» **Exercise aim**:
Copy out, unchanged, every line from the start of the records to the line that contains "f 122 124 255", and stop there.

Content starts

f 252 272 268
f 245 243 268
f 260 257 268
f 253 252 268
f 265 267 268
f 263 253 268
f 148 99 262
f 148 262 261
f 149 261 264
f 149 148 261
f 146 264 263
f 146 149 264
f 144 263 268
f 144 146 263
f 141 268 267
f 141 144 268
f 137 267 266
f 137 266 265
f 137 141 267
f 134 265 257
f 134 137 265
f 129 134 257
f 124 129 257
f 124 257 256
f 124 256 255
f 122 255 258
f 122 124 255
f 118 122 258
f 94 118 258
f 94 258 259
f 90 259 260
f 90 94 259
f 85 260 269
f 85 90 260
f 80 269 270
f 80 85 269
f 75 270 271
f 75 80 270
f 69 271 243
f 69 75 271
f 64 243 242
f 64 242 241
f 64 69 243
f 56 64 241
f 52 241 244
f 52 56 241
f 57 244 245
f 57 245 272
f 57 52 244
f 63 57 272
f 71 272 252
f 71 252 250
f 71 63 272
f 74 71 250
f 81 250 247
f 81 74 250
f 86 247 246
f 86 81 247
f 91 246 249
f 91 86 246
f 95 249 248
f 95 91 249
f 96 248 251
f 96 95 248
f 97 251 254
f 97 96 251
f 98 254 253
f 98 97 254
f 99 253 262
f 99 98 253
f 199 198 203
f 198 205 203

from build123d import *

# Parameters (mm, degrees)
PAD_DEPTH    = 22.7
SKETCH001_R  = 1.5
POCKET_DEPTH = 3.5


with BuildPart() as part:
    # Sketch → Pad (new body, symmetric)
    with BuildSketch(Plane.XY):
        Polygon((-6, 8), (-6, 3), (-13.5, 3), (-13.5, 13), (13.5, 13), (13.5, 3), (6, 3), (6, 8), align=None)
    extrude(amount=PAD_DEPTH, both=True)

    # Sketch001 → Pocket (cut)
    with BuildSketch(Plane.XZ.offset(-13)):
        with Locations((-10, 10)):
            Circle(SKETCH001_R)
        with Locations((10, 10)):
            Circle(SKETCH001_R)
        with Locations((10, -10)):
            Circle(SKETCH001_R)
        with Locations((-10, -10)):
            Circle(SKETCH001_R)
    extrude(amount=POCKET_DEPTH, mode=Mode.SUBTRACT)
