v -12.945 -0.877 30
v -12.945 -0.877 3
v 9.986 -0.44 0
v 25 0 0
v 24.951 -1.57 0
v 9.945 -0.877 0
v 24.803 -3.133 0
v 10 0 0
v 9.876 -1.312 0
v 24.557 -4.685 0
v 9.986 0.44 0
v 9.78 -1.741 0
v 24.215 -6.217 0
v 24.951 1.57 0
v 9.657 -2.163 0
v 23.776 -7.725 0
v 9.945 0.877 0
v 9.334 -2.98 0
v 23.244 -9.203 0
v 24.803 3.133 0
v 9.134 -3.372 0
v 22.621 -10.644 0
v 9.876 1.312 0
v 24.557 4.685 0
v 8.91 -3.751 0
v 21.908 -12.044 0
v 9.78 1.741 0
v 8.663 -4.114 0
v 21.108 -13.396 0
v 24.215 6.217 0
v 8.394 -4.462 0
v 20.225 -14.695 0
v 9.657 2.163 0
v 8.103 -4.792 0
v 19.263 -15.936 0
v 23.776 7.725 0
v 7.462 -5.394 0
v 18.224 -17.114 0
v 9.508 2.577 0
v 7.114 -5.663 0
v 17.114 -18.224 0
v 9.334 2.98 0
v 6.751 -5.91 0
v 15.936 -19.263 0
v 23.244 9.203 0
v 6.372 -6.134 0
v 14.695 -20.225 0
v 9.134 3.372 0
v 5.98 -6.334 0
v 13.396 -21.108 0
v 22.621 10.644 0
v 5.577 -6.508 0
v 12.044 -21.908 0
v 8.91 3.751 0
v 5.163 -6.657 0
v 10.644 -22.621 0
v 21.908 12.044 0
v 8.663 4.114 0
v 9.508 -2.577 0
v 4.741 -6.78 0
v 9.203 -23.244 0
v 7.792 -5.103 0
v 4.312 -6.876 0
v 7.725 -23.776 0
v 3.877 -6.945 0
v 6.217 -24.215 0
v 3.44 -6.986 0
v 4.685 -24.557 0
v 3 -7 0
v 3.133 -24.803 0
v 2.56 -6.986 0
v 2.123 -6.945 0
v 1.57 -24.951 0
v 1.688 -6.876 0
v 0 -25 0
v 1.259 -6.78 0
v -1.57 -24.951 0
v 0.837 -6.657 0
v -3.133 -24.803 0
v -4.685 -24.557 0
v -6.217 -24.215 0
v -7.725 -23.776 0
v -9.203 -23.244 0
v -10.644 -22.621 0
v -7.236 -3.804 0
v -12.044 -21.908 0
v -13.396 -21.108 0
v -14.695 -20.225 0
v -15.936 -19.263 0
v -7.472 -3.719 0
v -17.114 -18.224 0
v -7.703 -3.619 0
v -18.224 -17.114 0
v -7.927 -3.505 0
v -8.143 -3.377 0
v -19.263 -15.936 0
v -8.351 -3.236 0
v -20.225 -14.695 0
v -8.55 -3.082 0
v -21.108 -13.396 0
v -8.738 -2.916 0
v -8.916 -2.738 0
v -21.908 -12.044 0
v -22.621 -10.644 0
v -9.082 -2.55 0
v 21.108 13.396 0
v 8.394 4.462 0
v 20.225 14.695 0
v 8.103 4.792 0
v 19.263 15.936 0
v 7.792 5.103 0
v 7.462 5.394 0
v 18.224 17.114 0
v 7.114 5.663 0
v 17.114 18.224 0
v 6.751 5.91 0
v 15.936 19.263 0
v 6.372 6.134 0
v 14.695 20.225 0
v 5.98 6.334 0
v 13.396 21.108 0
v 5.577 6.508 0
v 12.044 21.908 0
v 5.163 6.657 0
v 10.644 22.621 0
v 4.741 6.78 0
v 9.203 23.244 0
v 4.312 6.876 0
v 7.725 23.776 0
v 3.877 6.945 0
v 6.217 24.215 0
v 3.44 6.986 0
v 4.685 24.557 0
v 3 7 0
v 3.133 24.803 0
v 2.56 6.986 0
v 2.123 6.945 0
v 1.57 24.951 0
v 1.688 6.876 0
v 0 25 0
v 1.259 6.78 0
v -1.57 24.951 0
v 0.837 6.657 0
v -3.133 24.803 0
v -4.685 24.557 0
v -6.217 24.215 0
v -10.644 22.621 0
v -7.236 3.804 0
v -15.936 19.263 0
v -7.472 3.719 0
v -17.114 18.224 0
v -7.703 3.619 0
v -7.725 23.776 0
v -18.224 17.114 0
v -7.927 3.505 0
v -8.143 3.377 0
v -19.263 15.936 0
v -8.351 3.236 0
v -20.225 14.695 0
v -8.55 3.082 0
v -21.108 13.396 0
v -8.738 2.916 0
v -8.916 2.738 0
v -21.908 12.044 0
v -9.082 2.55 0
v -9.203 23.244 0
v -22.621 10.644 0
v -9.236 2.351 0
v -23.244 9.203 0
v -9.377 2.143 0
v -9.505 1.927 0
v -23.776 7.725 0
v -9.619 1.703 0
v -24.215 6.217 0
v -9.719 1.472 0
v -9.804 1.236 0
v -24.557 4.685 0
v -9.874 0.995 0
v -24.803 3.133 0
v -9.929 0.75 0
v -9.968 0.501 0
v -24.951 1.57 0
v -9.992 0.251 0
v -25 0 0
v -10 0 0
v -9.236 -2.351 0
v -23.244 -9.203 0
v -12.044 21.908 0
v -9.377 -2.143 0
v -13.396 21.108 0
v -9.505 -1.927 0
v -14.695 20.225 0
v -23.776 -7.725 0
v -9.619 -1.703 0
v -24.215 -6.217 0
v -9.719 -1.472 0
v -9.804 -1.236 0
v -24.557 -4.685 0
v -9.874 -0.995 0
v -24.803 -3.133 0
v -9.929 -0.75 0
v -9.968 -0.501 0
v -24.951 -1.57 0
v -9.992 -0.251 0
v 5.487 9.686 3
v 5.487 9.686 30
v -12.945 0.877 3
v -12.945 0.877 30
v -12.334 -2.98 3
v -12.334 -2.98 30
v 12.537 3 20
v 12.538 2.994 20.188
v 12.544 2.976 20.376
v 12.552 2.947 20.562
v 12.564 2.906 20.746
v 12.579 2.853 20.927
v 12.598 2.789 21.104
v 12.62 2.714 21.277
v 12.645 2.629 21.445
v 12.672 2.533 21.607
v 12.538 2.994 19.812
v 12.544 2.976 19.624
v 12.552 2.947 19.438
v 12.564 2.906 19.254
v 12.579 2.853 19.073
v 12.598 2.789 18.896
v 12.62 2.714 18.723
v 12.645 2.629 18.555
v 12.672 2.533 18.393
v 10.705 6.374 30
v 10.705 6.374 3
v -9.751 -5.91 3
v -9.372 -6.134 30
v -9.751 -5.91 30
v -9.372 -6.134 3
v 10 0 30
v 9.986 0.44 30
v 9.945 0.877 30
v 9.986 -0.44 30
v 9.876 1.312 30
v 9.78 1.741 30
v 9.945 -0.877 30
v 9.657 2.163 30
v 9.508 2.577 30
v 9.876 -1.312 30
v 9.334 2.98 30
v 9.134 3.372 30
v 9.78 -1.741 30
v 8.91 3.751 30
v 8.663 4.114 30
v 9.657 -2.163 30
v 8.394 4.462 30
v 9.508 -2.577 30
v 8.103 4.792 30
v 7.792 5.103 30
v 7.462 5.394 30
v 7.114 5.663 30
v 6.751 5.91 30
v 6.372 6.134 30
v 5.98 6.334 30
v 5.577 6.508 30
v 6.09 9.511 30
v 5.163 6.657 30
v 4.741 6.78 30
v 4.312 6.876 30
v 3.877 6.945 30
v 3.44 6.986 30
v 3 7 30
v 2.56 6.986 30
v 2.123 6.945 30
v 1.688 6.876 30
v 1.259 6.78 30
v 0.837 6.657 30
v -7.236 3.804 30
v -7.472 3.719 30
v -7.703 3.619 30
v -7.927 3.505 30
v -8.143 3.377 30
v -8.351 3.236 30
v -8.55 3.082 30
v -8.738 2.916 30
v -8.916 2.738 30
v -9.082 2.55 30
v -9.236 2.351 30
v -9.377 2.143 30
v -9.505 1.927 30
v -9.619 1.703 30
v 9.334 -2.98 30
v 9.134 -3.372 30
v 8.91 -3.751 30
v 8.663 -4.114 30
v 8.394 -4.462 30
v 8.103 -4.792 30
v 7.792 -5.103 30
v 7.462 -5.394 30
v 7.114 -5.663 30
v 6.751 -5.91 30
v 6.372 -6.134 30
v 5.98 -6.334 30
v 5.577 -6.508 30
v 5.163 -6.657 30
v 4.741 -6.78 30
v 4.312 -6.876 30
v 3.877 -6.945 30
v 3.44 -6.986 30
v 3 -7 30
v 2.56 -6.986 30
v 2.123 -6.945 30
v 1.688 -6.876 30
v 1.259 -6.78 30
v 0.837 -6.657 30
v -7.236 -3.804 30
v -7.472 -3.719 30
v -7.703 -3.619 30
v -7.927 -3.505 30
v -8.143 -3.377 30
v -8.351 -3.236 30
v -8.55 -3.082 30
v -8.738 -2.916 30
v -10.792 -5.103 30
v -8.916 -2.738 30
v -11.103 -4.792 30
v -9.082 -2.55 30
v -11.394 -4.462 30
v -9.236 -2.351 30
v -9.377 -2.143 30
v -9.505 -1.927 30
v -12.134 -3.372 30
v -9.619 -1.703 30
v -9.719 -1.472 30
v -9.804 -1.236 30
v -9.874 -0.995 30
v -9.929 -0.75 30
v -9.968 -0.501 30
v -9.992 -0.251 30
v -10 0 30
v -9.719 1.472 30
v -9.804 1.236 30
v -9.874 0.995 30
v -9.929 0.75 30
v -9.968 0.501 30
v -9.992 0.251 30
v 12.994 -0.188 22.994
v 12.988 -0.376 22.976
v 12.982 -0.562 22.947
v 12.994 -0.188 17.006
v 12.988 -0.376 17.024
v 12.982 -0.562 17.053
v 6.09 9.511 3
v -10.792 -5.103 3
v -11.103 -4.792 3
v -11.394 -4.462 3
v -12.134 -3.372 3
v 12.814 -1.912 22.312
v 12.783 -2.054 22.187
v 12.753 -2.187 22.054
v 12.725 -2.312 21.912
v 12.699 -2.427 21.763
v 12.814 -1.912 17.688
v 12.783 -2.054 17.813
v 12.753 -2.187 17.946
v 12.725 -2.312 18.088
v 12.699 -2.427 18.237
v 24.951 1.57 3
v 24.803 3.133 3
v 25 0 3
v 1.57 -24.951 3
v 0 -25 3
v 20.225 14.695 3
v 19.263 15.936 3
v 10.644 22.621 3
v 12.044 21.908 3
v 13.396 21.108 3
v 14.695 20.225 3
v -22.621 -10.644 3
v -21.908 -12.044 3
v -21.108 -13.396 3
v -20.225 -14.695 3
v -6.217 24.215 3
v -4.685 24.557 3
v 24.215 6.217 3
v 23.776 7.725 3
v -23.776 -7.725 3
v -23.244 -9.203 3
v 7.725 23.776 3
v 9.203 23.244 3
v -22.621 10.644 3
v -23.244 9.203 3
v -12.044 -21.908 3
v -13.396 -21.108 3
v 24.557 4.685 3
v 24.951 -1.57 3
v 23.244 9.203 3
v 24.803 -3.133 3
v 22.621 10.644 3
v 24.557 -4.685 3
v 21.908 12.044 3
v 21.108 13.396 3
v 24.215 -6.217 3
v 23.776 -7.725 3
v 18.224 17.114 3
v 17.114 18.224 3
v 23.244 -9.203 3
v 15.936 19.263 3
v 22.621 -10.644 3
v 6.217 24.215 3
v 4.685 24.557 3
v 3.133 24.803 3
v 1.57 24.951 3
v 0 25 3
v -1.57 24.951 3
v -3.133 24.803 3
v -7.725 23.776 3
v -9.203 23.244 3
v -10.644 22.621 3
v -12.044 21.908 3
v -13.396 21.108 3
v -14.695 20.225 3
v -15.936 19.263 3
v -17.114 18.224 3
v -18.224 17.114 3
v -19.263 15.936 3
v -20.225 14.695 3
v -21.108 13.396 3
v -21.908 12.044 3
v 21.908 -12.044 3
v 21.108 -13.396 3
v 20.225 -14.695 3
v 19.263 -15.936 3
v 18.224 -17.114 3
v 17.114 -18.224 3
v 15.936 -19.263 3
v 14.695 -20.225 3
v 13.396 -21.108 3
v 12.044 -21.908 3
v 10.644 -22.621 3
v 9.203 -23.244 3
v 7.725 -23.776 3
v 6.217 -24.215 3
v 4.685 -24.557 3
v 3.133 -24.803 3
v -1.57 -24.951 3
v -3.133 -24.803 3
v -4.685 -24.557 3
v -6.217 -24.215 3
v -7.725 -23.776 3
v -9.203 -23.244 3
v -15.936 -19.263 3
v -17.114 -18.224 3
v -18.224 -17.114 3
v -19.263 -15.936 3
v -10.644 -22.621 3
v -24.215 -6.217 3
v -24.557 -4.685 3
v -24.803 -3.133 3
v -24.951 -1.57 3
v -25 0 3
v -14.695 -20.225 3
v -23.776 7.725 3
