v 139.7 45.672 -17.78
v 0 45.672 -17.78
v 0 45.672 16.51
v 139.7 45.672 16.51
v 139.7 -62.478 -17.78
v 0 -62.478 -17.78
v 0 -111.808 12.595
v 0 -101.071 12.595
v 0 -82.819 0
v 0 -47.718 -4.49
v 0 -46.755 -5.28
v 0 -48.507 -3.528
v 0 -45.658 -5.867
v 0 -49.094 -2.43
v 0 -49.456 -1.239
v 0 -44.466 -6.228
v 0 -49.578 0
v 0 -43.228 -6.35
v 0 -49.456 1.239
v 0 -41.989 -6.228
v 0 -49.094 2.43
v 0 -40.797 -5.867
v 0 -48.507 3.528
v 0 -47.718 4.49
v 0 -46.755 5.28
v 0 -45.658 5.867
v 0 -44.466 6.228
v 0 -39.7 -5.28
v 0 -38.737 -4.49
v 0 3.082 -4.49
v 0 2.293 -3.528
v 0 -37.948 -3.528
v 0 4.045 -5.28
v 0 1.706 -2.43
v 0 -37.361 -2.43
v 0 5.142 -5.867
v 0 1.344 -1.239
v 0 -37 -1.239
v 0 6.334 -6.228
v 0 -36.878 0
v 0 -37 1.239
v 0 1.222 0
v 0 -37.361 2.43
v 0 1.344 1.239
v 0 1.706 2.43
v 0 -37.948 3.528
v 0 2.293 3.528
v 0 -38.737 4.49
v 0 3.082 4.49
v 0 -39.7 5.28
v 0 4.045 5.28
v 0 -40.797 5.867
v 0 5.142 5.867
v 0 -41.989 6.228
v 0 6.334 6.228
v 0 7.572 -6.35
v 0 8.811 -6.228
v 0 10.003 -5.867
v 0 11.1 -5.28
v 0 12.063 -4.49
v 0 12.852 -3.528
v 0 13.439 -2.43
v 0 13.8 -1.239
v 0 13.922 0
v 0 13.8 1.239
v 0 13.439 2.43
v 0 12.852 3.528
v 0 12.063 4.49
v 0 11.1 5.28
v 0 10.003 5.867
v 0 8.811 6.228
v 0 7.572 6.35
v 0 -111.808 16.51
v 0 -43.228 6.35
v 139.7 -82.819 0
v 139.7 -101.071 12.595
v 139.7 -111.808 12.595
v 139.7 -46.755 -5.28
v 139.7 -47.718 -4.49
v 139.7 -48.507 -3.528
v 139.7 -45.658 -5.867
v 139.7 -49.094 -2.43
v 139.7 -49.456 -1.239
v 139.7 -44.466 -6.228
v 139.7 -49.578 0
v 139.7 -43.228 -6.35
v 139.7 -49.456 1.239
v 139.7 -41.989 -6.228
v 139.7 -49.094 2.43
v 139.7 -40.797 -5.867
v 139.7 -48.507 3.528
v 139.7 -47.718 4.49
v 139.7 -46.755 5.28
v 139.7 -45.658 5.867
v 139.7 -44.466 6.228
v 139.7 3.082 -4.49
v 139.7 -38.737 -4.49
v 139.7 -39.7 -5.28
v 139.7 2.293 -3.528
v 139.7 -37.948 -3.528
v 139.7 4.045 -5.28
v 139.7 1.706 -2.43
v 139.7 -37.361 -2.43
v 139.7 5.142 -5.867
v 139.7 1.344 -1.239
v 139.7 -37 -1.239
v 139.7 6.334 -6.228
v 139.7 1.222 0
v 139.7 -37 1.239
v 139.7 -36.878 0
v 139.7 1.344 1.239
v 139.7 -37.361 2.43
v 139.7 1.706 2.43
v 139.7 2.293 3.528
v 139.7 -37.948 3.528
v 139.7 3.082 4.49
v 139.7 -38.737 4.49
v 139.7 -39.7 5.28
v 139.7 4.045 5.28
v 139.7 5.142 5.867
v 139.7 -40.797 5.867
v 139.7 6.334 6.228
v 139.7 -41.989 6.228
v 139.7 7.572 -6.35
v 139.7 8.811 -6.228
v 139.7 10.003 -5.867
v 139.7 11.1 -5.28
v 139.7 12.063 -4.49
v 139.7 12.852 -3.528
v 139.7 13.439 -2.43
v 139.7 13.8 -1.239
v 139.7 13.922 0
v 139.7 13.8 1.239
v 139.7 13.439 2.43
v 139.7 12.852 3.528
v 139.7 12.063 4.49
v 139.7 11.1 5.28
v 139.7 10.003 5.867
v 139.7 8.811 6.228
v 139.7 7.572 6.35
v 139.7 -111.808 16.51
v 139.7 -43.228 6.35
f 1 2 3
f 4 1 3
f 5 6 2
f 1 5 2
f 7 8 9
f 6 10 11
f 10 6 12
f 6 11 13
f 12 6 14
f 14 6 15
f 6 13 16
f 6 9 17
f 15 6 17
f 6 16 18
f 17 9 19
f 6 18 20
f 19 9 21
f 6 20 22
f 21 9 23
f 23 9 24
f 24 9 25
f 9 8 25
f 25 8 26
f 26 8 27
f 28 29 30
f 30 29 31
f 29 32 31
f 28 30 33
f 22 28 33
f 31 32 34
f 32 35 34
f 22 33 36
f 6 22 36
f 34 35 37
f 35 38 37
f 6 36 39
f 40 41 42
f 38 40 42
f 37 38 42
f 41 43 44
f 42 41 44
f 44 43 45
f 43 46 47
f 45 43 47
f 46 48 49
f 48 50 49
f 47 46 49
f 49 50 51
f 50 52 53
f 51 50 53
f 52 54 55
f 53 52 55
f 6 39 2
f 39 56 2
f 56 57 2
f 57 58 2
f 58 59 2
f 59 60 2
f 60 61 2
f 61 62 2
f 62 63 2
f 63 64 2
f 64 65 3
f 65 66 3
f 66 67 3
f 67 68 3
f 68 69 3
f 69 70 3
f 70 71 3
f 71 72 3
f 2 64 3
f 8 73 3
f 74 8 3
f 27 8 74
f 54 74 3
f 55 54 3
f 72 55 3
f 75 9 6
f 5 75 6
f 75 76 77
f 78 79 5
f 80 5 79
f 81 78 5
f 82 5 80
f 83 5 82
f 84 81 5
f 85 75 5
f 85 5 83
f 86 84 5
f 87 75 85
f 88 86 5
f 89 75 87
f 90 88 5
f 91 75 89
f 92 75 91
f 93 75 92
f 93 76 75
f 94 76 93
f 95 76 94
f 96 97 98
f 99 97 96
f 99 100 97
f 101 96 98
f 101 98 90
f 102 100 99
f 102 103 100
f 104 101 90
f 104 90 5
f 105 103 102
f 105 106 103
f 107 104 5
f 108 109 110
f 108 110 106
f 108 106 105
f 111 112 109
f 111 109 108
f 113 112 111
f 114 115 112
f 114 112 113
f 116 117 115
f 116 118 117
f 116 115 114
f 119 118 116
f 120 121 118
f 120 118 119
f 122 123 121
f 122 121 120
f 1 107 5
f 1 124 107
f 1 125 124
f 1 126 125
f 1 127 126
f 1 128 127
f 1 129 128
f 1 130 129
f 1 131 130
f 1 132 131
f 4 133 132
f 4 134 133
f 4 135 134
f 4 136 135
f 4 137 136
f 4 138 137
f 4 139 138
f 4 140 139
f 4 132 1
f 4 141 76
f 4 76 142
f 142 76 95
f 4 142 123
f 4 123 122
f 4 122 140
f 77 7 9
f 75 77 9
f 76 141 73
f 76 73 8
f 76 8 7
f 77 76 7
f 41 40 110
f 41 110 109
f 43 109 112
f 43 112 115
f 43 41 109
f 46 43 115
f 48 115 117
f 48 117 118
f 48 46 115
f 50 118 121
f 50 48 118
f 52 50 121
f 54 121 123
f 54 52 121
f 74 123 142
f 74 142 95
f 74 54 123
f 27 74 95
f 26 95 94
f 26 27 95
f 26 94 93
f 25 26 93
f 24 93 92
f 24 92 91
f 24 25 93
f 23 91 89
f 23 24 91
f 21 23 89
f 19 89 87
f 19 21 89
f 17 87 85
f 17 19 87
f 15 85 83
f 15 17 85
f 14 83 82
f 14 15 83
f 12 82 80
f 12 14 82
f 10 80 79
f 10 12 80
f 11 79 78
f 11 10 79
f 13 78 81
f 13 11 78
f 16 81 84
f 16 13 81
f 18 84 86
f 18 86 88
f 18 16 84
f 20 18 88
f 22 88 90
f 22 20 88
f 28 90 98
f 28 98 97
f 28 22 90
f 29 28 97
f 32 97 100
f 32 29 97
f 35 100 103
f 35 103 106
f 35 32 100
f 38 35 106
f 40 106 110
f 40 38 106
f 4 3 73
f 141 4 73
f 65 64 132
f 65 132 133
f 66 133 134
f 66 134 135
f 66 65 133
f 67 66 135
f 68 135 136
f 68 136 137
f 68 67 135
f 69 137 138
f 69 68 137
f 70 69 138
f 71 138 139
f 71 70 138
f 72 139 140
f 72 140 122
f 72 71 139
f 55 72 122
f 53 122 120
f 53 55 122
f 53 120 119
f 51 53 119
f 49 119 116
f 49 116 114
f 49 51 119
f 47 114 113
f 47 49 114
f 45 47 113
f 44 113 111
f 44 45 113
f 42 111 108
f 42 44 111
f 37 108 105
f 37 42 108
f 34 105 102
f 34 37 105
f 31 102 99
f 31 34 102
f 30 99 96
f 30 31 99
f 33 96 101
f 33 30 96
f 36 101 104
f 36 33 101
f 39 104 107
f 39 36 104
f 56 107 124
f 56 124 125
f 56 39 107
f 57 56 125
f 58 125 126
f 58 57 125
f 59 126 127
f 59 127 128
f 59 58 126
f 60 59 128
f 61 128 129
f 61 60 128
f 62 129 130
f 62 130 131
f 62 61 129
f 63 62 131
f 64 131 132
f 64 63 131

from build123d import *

# Parameters (mm, degrees)
F0_R     = 6.35
F1_DEPTH = 139.7


with BuildPart() as f1:
    # F0 (on Right) → F1 (new body)
    with BuildSketch(Plane.YZ):
        Polygon((45.672475, -17.78), (45.672475, 16.51), (-111.807525, 16.51), (-101.070702, 12.595123), (-111.807525, 12.595123), (-82.819068, 0), (-62.477541, -17.78), align=None)
        with Locations((-43.227525, 0)):
            Circle(F0_R, mode=Mode.SUBTRACT)
        with Locations((7.572475, 0)):
            Circle(F0_R, mode=Mode.SUBTRACT)
    extrude(amount=F1_DEPTH)


solid = f1.part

Content ends

» **Response area**:
f 252 272 268
f 245 243 268
f 260 257 268
f 253 252 268
f 265 267 268
f 263 253 268
f 148 99 262
f 148 262 261
f 149 261 264
f 149 148 261
f 146 264 263
f 146 149 264
f 144 263 268
f 144 146 263
f 141 268 267
f 141 144 268
f 137 267 266
f 137 266 265
f 137 141 267
f 134 265 257
f 134 137 265
f 129 134 257
f 124 129 257
f 124 257 256
f 124 256 255
f 122 255 258
f 122 124 255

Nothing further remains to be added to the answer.